Viene il sospetto che a quel tempo il sadismo fosse considerato indispensabile all'educazione. Del resto la crudeltà pervade anche quella libera, aerea fiaba pubblicata a puntate nel «Giornale per i bambini» e improvvisata di volta in volta, che è il Pinocchio di Collodi. Al povero burattino capitano tanti di quei traumi, che c'è da meravigliarsi se alla fine diventa un ragazzino esemplare e non un nevrotico o un delinquente precoce. Quando Collodi si provò nel genere intenzionalmente pedagogico, come col Giannettino, riuscì sadico su un altro versante, quello della noia. Meglio per un bambino incontrare il terribile burattinaio Mangiafoco che quello stucchevole e logorroico divulgatore di nozioni elementari che è il dottor Boccadoro.
La vita familiare non fu facile per De Amicis, se crediamo all'aneddotica di Leopoldo Barboni (Geni e capi ameni dell'Ottocento, 1911).

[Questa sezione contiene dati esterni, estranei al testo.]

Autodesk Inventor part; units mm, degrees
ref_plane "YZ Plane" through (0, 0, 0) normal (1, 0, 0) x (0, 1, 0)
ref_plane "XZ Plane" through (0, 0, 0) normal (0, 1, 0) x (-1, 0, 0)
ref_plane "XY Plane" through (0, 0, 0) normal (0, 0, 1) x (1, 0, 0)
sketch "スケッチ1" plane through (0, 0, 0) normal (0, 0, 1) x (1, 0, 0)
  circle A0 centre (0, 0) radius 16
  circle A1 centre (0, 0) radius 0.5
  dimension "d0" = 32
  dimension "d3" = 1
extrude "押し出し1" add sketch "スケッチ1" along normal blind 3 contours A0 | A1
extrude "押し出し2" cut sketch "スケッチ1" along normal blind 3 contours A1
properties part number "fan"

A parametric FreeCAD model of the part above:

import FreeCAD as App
import Part
import Sketcher
Q = App.Units.Quantity

doc = App.newDocument("Part")
params = doc.addObject("Spreadsheet::Sheet", "Params")
for row, (alias, value) in enumerate([
    ("sketch1_diameter", "32 mm"),
    ("pad1_length", "3 mm"),
    ("sketch2_diameter", "1 mm"),
    ("pocket1_length", "3 mm"),
], start=1):
    params.set(f"A{row}", alias)
    params.set(f"B{row}", "=" + value)
    params.setAlias(f"B{row}", alias)

body = doc.addObject("PartDesign::Body", "Body")

sketch1 = body.newObject("Sketcher::SketchObject", "Sketch")
sketch1.AttachmentSupport = (doc.getObject("XY_Plane"), [""])
sketch1.MapMode = "FlatFace"
sketch1.addGeometry(Part.Circle(App.Vector(0, 0, 0), App.Vector(0, 0, 1), 16), False)
sketch1.addConstraint([
    Sketcher.Constraint("Coincident", 0, 3, -1, 1),
    Sketcher.Constraint("Diameter", 0, Q("32 mm")),
])
sketch1.setExpression("Constraints[1]", "Params.sketch1_diameter")
pad1 = body.newObject("PartDesign::Pad", "Pad")
pad1.Profile = sketch1
pad1.setExpression("Length", "Params.pad1_length")

sketch2 = body.newObject("Sketcher::SketchObject", "Sketch001")
sketch2.AttachmentSupport = (doc.getObject("XY_Plane"), [""])
sketch2.MapMode = "FlatFace"
sketch2.addGeometry(Part.Circle(App.Vector(0, 0, 0), App.Vector(0, 0, 1), 0.5), False)
sketch2.addConstraint([
    Sketcher.Constraint("Coincident", 0, 3, -1, 1),
    Sketcher.Constraint("Diameter", 0, Q("1 mm")),
])
sketch2.setExpression("Constraints[1]", "Params.sketch2_diameter")
pocket1 = body.newObject("PartDesign::Pocket", "Pocket")
pocket1.Profile = sketch2
pocket1.setExpression("Length", "Params.pocket1_length")
pocket1.Reversed = True

doc.recompute()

La vicenda iniziale dei suo matrimonio pare tratta da un suo racconto, e dei più patetici: una giovane lettrice gli scrisse, dicendosi malata senza speranza e desiderosa di baciar la mano, prima di morire, allo scrittore che più ammirava. Edmondo accorse al capezzale della fanciulla che presto si riprese e un anno dopo diventava sua moglie; ma fu una unione infelice, funestata da liti e umiliazioni. Nel 1898 gli morì ottantenne l'amatissima madre, celebrata in una poesia sacra alle antologie scolastiche («Non sempre il tempo la beltà cancella,/ o la sfìoran le lacrime e gli affanni;/ mia madre ha sessant’anni, / e più la guardo e più mi sembra bella»); poco tempo dopo si toglieva la vita il figlio primogenito Furio che portava, forse non a caso, il nome dei protagonista di un lontano racconto crudele. Abbandonato anche dalla moglie, il «poeta della famiglia» moriva nel 1908 a Bordighera, in una camera d'albergo.